- Arantepacua Arantepacua
- Coordinates: 19°35′44″N 101°58′06″W﻿ / ﻿19.59556°N 101.96833°W

Population (2020)
- • Total: 3,505

= Arantepacua =

Arantepacua is a locality located in the municipality of Nahuatzen, in the Mexican state of Michoacán. As of 2020, it has a population of 3,505. Arantepacua's autonomous form of governance, and environmental policies, have drawn comparisons to nearby municipality of Cherán.

== History ==
Since the 1950s, Arantepacua has had a territorial dispute with the neighboring community of Capácuaro over 1000 ha of forested land. Locals allege that by the 2010s, Arantepacua had a longstanding feud with the state government, due to such territorial disputes, and claimed that state police were overzealous in policing the town as a result.

On 4 April 2017, a delegation from Arantepacua had traveled to the nearby city of Morelia to meet with representatives. On the way back, state police stopped and arrested the delegation. Members of the delegation said the state police accused them of blocking a nearby road, and stealing their vehicle, and that the state police beat and used tear gas on them.

On 5 April 2017, residents of Arantepacua protested the arrest of the delegates, and blockaded a highway running through the settlement. That day, Michoacán state police conducted a raid on the settlement with the stated purpose of retrieving stolen vehicles.
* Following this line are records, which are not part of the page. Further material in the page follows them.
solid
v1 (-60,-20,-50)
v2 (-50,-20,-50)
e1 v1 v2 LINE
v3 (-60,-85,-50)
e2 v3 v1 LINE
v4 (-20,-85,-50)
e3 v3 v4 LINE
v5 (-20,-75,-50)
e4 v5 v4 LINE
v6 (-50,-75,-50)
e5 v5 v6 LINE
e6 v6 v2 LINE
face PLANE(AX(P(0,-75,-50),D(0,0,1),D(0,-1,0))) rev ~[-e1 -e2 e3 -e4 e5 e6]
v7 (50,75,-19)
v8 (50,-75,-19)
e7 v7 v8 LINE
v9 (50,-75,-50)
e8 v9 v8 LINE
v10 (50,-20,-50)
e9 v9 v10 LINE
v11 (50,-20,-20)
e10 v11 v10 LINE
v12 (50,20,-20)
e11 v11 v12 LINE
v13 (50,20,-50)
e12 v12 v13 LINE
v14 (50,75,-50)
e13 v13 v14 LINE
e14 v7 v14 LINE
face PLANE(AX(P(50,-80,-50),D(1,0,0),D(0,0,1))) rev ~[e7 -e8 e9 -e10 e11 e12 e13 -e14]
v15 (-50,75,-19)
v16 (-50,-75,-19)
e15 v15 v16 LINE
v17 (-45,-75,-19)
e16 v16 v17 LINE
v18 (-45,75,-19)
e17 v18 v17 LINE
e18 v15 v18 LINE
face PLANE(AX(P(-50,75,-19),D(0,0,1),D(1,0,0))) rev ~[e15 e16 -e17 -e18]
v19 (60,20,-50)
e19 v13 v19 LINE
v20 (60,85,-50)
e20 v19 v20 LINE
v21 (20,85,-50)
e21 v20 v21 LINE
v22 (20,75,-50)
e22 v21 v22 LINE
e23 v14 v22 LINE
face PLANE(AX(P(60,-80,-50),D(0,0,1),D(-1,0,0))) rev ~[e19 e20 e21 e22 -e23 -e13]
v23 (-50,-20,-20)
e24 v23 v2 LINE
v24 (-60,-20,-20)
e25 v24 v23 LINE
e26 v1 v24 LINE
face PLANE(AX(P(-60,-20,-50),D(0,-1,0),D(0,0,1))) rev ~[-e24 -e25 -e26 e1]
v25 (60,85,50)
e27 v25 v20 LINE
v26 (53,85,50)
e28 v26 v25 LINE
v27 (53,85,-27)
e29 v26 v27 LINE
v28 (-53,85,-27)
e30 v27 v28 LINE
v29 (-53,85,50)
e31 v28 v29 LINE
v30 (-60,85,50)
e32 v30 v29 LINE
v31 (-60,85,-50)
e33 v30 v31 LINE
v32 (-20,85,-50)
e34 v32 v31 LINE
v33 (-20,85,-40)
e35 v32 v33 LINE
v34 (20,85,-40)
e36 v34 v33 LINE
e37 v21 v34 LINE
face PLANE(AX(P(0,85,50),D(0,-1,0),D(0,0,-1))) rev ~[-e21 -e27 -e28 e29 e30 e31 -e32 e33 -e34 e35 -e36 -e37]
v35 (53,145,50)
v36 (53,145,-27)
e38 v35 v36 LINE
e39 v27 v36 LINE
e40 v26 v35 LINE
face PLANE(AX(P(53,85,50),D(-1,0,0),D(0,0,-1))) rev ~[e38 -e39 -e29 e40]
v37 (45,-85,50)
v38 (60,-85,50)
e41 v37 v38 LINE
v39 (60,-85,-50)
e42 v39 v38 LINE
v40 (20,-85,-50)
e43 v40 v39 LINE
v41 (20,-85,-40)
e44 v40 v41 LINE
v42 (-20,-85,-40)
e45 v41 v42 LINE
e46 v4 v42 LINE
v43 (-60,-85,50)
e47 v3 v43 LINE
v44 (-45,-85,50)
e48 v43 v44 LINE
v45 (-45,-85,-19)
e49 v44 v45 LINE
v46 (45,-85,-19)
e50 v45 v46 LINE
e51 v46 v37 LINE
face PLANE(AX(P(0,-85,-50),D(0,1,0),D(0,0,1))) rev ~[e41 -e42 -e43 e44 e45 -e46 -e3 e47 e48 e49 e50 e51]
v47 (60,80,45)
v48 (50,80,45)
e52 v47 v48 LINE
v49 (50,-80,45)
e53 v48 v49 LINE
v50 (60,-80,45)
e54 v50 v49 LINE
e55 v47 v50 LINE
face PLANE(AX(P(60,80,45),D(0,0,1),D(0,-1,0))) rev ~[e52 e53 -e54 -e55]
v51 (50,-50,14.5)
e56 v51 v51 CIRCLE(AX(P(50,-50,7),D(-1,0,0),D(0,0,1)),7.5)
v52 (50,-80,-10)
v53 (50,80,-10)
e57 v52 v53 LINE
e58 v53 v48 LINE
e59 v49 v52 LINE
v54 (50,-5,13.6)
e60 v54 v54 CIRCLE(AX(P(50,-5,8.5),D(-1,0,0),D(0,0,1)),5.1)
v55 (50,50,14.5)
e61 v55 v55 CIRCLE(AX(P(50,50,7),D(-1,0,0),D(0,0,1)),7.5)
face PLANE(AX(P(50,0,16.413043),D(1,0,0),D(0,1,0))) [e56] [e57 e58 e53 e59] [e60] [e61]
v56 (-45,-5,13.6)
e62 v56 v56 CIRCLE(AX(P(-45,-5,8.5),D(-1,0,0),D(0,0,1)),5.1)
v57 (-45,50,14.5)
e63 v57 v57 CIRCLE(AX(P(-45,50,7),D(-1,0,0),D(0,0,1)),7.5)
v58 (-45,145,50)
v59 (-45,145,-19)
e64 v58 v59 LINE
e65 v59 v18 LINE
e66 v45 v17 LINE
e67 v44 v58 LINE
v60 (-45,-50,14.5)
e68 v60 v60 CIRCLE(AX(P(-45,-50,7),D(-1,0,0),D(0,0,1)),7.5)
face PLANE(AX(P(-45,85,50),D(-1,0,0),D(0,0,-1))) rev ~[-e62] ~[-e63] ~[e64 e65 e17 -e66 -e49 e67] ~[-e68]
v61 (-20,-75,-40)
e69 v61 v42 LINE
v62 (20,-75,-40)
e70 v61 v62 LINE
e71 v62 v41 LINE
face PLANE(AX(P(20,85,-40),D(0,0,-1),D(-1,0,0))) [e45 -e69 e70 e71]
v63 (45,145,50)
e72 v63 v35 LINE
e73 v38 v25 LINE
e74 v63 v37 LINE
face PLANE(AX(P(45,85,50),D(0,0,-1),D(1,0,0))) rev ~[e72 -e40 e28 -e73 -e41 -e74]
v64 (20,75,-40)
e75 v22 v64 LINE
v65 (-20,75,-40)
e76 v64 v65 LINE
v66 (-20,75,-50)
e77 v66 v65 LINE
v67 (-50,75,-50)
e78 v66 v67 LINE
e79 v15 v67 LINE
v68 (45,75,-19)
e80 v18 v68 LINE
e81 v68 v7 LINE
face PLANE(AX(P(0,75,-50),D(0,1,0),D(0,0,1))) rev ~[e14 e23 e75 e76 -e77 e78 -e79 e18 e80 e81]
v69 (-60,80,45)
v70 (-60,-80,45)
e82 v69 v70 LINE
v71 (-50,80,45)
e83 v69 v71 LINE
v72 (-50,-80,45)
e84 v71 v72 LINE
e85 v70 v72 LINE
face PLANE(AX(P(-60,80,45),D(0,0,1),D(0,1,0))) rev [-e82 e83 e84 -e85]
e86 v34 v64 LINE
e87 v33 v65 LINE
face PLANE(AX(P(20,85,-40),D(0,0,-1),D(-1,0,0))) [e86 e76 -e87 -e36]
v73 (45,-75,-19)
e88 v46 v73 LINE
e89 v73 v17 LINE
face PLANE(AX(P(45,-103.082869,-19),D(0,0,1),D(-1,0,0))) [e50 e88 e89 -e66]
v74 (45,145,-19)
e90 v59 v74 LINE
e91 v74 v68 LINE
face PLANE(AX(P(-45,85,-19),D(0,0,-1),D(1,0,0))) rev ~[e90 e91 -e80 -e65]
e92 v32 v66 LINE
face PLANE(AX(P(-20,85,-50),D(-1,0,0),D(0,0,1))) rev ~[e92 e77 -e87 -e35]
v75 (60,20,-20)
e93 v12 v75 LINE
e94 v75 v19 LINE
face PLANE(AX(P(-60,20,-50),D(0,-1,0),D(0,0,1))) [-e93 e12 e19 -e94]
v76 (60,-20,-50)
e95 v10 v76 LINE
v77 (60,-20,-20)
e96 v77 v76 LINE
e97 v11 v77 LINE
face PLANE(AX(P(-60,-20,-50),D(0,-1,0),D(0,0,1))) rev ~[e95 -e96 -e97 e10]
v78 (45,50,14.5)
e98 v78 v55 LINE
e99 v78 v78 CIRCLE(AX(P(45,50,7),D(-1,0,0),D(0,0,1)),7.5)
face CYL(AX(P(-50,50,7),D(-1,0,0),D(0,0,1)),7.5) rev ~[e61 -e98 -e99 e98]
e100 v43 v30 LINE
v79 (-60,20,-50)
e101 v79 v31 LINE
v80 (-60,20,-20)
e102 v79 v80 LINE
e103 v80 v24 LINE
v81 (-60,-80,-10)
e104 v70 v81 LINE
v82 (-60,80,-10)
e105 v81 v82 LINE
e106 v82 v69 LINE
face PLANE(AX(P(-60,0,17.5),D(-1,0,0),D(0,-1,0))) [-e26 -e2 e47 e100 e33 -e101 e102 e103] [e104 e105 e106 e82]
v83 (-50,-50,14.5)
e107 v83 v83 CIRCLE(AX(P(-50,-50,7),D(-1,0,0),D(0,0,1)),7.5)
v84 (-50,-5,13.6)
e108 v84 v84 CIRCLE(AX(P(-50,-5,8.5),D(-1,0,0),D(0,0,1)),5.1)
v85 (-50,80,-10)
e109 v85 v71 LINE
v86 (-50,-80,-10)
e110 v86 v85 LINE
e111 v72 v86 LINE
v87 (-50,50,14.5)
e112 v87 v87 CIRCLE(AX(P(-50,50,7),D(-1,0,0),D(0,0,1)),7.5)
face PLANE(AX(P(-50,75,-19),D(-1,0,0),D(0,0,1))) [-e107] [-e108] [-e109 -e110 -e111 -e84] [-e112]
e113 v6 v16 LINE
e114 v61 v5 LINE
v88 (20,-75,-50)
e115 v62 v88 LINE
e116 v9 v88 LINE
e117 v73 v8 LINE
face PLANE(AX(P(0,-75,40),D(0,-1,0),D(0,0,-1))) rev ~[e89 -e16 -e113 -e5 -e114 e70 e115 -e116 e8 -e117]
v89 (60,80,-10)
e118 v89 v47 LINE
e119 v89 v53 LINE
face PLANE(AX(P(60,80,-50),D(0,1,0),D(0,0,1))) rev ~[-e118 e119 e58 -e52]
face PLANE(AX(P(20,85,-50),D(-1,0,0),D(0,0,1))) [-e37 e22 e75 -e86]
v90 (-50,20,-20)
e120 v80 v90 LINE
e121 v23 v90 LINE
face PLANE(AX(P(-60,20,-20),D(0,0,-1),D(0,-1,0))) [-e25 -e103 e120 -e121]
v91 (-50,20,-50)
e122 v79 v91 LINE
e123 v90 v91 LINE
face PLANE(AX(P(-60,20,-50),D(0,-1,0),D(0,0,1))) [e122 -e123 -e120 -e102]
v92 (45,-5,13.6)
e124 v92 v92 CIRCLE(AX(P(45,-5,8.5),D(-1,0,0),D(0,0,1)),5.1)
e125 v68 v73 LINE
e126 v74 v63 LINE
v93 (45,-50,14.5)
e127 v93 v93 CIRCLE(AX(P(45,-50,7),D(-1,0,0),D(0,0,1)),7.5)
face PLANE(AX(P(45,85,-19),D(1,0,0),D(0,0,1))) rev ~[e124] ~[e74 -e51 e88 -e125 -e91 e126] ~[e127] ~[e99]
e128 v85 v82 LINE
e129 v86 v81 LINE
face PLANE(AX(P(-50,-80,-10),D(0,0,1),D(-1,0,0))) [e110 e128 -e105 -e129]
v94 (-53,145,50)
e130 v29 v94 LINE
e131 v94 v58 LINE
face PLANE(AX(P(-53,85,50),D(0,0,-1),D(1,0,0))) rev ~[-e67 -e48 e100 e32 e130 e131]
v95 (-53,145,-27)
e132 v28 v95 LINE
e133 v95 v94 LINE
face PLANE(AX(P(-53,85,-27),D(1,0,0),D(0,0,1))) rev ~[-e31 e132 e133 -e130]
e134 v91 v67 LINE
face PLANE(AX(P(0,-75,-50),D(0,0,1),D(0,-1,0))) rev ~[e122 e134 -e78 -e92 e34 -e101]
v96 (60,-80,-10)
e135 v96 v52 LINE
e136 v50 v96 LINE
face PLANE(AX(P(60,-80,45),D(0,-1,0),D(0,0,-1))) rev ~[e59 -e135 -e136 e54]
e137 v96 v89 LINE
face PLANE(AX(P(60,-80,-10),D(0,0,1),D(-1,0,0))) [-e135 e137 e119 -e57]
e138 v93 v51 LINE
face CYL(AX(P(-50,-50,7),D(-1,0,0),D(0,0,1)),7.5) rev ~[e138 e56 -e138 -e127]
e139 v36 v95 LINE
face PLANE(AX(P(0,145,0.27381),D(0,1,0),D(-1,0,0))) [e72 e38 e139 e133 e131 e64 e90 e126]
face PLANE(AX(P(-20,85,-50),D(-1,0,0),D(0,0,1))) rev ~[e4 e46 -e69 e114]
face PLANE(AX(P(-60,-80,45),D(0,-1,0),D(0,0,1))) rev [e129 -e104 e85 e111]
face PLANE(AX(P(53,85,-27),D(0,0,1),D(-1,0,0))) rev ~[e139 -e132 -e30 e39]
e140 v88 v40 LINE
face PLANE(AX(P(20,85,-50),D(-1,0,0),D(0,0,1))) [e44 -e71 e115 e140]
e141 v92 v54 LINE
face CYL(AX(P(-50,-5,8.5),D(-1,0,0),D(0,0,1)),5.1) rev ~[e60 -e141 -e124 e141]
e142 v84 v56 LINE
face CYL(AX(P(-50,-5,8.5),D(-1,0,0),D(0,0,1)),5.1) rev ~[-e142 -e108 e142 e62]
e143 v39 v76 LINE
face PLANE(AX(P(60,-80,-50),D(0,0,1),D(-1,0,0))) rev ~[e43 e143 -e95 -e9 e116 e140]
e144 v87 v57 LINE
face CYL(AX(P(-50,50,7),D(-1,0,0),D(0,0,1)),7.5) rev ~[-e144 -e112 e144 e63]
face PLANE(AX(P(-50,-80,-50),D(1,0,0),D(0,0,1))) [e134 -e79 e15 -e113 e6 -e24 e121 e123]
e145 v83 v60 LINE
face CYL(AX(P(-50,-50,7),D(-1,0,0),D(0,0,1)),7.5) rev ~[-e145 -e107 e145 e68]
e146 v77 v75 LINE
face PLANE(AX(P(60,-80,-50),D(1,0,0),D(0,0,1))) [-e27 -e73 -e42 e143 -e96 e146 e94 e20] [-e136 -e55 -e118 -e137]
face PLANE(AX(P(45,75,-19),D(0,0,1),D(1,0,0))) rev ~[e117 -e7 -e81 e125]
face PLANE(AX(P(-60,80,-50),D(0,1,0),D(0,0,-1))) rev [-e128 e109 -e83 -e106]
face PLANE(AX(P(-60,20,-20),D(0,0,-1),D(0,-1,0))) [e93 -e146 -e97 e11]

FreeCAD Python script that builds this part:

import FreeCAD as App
import Part
import Sketcher
Q = App.Units.Quantity


def add_polygon(sketch, points):
    """Adds a closed chain of lines whose ends are joined by coincident constraints."""
    first, n = sketch.GeometryCount, len(points)
    for a, b in zip(points, points[1:] + points[:1]):
        sketch.addGeometry(Part.LineSegment(App.Vector(*a, 0), App.Vector(*b, 0)), False)
    for i in range(n):
        sketch.addConstraint(Sketcher.Constraint("Coincident", first + i, 2, first + (i + 1) % n, 1))

doc = App.newDocument("Part")
body = doc.addObject("PartDesign::Body", "Body")

# Sketch on YZ plane
sketch1 = doc.addObject("Sketcher::SketchObject", "Sketch")
body.addObject(sketch1)
sketch1.AttachmentSupport = (doc.YZ_Plane, [""])
sketch1.MapMode = "FlatFace"
add_polygon(sketch1, [(85, -50), (85, 50), (-85, 50), (-85, -50), (-75, -50), (-75, 40), (75, 40), (75, -50)])  # lines 0-7
sketch1.addConstraint([
    Sketcher.Constraint("Vertical", 0),
    Sketcher.Constraint("Horizontal", 1),
    Sketcher.Constraint("Vertical", 2),
    Sketcher.Constraint("Horizontal", 3),
    Sketcher.Constraint("Vertical", 4),
    Sketcher.Constraint("Horizontal", 5),
    Sketcher.Constraint("Vertical", 6),
    Sketcher.Constraint("Horizontal", 7),
    Sketcher.Constraint("Symmetric", 0, 2, 2, 2, -1, 1),
    Sketcher.Constraint("Symmetric", 3, 2, 6, 2, -2),
    Sketcher.Constraint("DistanceX", 1, 2, 1, 1, Q("170 mm")),
    Sketcher.Constraint("DistanceX", 3, 1, 3, 2, Q("10 mm")),
    Sketcher.Constraint("DistanceY", 0, 1, 0, 2, Q("100 mm")),
    Sketcher.Constraint("DistanceY", 4, 1, 4, 2, Q("90 mm")),
])
pad1 = doc.addObject("PartDesign::Pad", "Pad")
body.addObject(pad1)
pad1.Profile = sketch1
pad1.Length = 120
pad1.Midplane = True
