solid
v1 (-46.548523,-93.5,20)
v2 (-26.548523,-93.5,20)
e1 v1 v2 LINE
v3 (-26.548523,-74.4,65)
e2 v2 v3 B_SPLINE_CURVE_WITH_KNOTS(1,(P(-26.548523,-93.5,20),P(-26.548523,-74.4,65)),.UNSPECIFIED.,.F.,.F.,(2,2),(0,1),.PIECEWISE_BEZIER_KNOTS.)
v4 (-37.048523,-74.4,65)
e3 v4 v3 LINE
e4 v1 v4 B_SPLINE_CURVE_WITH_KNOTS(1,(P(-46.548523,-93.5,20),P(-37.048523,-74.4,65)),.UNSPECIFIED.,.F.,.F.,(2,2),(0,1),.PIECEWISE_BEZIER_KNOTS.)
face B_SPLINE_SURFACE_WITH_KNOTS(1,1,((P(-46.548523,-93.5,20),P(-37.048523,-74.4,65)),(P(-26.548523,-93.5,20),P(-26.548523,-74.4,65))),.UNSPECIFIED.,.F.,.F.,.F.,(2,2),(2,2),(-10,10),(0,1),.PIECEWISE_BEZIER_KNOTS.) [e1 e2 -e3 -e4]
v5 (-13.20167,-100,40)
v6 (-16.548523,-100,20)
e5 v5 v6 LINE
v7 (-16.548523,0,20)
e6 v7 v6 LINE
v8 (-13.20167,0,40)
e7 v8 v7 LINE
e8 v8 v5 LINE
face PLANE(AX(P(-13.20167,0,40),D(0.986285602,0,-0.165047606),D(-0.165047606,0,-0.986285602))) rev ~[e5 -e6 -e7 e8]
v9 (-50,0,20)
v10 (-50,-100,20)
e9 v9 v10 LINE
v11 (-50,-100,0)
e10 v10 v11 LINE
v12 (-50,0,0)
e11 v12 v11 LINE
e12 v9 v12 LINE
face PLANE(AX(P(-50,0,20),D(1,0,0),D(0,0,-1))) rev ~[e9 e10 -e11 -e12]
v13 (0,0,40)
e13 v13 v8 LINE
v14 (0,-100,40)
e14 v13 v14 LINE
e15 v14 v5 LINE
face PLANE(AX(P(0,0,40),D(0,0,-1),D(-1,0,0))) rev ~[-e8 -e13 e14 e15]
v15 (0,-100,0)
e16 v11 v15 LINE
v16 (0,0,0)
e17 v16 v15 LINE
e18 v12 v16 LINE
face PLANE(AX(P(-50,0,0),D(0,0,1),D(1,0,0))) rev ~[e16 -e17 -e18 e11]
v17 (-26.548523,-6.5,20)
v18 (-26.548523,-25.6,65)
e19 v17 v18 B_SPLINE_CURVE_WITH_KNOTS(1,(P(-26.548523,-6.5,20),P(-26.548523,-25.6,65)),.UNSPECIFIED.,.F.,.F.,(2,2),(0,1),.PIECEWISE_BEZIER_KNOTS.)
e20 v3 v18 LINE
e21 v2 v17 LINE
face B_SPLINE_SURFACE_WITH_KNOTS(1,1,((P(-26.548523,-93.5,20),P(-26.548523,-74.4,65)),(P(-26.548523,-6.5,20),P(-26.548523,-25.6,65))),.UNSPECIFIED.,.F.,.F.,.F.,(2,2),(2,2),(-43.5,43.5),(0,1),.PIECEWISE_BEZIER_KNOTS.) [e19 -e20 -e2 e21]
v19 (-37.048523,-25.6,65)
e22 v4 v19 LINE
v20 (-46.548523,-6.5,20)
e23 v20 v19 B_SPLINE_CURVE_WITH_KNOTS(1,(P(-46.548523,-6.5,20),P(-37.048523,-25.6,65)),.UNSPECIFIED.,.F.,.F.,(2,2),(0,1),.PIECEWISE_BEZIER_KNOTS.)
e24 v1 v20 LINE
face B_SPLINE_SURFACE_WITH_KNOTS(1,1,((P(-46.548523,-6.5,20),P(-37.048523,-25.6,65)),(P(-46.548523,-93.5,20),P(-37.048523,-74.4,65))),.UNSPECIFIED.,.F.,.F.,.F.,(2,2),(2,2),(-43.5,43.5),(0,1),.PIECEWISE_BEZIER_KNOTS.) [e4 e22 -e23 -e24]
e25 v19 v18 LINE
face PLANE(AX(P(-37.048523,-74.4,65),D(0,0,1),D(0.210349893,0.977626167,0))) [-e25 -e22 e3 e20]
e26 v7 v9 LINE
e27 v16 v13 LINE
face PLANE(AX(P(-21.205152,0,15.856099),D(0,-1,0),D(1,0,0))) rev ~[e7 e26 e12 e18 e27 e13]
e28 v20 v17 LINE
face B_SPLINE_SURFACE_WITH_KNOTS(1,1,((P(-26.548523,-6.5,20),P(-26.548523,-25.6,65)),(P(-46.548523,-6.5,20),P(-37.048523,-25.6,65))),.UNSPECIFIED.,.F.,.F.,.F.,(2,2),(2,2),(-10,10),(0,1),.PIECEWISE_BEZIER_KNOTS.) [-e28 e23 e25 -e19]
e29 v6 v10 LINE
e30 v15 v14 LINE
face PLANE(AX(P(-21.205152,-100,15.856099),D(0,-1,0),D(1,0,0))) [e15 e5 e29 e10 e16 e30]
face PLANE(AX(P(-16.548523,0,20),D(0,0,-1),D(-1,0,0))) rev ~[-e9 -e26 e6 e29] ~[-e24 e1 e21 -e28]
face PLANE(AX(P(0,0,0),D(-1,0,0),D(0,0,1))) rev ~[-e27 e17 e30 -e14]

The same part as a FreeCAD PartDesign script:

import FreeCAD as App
import Part
import Sketcher

V = App.Vector
Q = App.Units.Quantity

doc = App.newDocument("Part")
body = doc.addObject("PartDesign::Body", "Body")

# Sketch on XZ plane
sketch1 = doc.addObject("Sketcher::SketchObject", "Sketch")
body.addObject(sketch1)
sketch1.AttachmentSupport = (doc.XZ_Plane, [""])
sketch1.MapMode = "FlatFace"
sketch1.addGeometry([
    Part.LineSegment(V(-50, 0, 0), V(0, 0, 0)),  # 0
    Part.LineSegment(V(0, 0, 0), V(0, 40, 0)),  # 1
    Part.LineSegment(V(0, 40, 0), V(-13, 40, 0)),  # 2
    Part.LineSegment(V(-13, 40, 0), V(-17, 20, 0)),  # 3
    Part.LineSegment(V(-17, 20, 0), V(-50, 20, 0)),  # 4
    Part.LineSegment(V(-50, 20, 0), V(-50, 0, 0)),  # 5
], False)
sketch1.addConstraint([
    Sketcher.Constraint("Coincident", 0, 2, 1, 1),
    Sketcher.Constraint("Coincident", 1, 2, 2, 1),
    Sketcher.Constraint("Coincident", 2, 2, 3, 1),
    Sketcher.Constraint("Coincident", 3, 2, 4, 1),
    Sketcher.Constraint("Coincident", 4, 2, 5, 1),
    Sketcher.Constraint("Coincident", 5, 2, 0, 1),
    Sketcher.Constraint("Horizontal", 0),
    Sketcher.Constraint("Vertical", 1),
    Sketcher.Constraint("Horizontal", 2),
    Sketcher.Constraint("Horizontal", 4),
    Sketcher.Constraint("Vertical", 5),
    Sketcher.Constraint("Coincident", 0, 2, -1, 1),
    Sketcher.Constraint("DistanceX", 0, 1, 0, 2, 50.0),
    Sketcher.Constraint("DistanceY", 1, 1, 1, 2, 40.0),
    Sketcher.Constraint("DistanceY", 5, 2, 5, 1, 20.0),
    Sketcher.Constraint("Angle", 3, Q("-99.5 deg")),
    Sketcher.Constraint("DistanceX", 2, 2, 2, 1, 13.20167),
])
pad1 = doc.addObject("PartDesign::Pad", "Pad")
body.addObject(pad1)
pad1.Profile = sketch1
pad1.Length = 100

# Sketch on XY plane
sketch2 = doc.addObject("Sketcher::SketchObject", "Sketch001")
body.addObject(sketch2)
sketch2.AttachmentSupport = (doc.XY_Plane, [""])
sketch2.MapMode = "FlatFace"
sketch2.AttachmentOffset = App.Placement(V(0, 0, 20), App.Rotation())
sketch2.addGeometry([
    Part.LineSegment(V(-47, -6, 0), V(-47, -94, 0)),
    Part.LineSegment(V(-47, -94, 0), V(-27, -94, 0)),
    Part.LineSegment(V(-27, -94, 0), V(-27, -6, 0)),
    Part.LineSegment(V(-27, -6, 0), V(-47, -6, 0)),
], False)
sketch2.addConstraint([
    Sketcher.Constraint("Coincident", 0, 2, 1, 1),
    Sketcher.Constraint("Coincident", 1, 2, 2, 1),
    Sketcher.Constraint("Coincident", 2, 2, 3, 1),
    Sketcher.Constraint("Coincident", 3, 2, 0, 1),
    Sketcher.Constraint("Vertical", 0),
    Sketcher.Constraint("Horizontal", 1),
    Sketcher.Constraint("Vertical", 2),
    Sketcher.Constraint("Horizontal", 3),
    Sketcher.Constraint("DistanceX", 1, 1, 1, 2, 20.0),
    Sketcher.Constraint("DistanceY", 0, 2, 0, 1, 87.0),
    Sketcher.Constraint("DistanceY", 0, 2, -1, 1, 93.5),
    Sketcher.Constraint("DistanceX", 0, 2, -1, 1, 46.548523),
])

# Sketch on XY plane
sketch3 = doc.addObject("Sketcher::SketchObject", "Sketch002")
body.addObject(sketch3)
sketch3.AttachmentSupport = (doc.XY_Plane, [""])
sketch3.MapMode = "FlatFace"
sketch3.AttachmentOffset = App.Placement(V(0, 0, 65), App.Rotation())
sketch3.addGeometry([
    Part.LineSegment(V(-37, -26, 0), V(-37, -74, 0)),
    Part.LineSegment(V(-37, -74, 0), V(-27, -74, 0)),
    Part.LineSegment(V(-27, -74, 0), V(-27, -26, 0)),
    Part.LineSegment(V(-27, -26, 0), V(-37, -26, 0)),
], False)
sketch3.addConstraint([
    Sketcher.Constraint("Coincident", 0, 2, 1, 1),
    Sketcher.Constraint("Coincident", 1, 2, 2, 1),
    Sketcher.Constraint("Coincident", 2, 2, 3, 1),
    Sketcher.Constraint("Coincident", 3, 2, 0, 1),
    Sketcher.Constraint("Vertical", 0),
    Sketcher.Constraint("Horizontal", 1),
    Sketcher.Constraint("Vertical", 2),
    Sketcher.Constraint("Horizontal", 3),
    Sketcher.Constraint("DistanceX", 1, 1, 1, 2, 10.5),
    Sketcher.Constraint("DistanceY", 0, 2, 0, 1, 48.8),
    Sketcher.Constraint("DistanceY", 0, 2, -1, 1, 74.4),
    Sketcher.Constraint("DistanceX", 0, 2, -1, 1, 37.048523),
])

additiveloft = doc.addObject("PartDesign::AdditiveLoft", "AdditiveLoft")
body.addObject(additiveloft)
additiveloft.Profile = sketch2
additiveloft.Sections = [sketch3]

doc.recompute()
Some locals claim that the raid that day was a guise for state police to punish the Arantepacua for these disputes. Eyewitnesses allege that the raid consisted of more than 800 police officers, who started firing live bullets indiscriminately. The raid killed four people, and resulted in 38 arrests, and 31 people injured. Mexico's National Human Rights Commission called the events that day "serious violations of the rights to life, liberty, security and personal integrity - due to acts constituting torture -, of meeting, to the best interest of children and a life free of violence, to the detriment of the indigenous population".

The following day, Arantepacua set up a makeshift checkpoint to prevent police entry, and began overhauling its local government. In the aftermath of the raid, Arantepacua applied for autonomy, which the Constitution of Mexico allows for Indigenous communities. Arantepacua was formally granted autonomy in 2018.

== Demographics ==
As of 2020, Arantepacua has a population of 3,505, comprising 1,690 males, and 1,815 females. 1,027 of its residents (29.30%) are aged 14 and under, 900 (25.68%) are aged 15 to 29, 1,202 (34.29%) are aged 30 to 59, and 376 (10.73%) are aged 60 and older. Mexico's National Institute of Statistics and Geography classifies 140 of its residents (3.99%) as disabled.

== Environmental issues ==
Various neighboring communities to Arantepacua, including Carácuaro and Turícuaro, have significantly expanded avocado cultivation in the early 2020s, which some Arantepacua residents say has resulted in deforestation, water scarcity, and significant agrochemical usage. Upon achieving autonomy in 2018, Arantepacua's new government outlawed avocado cultivation on communal forests.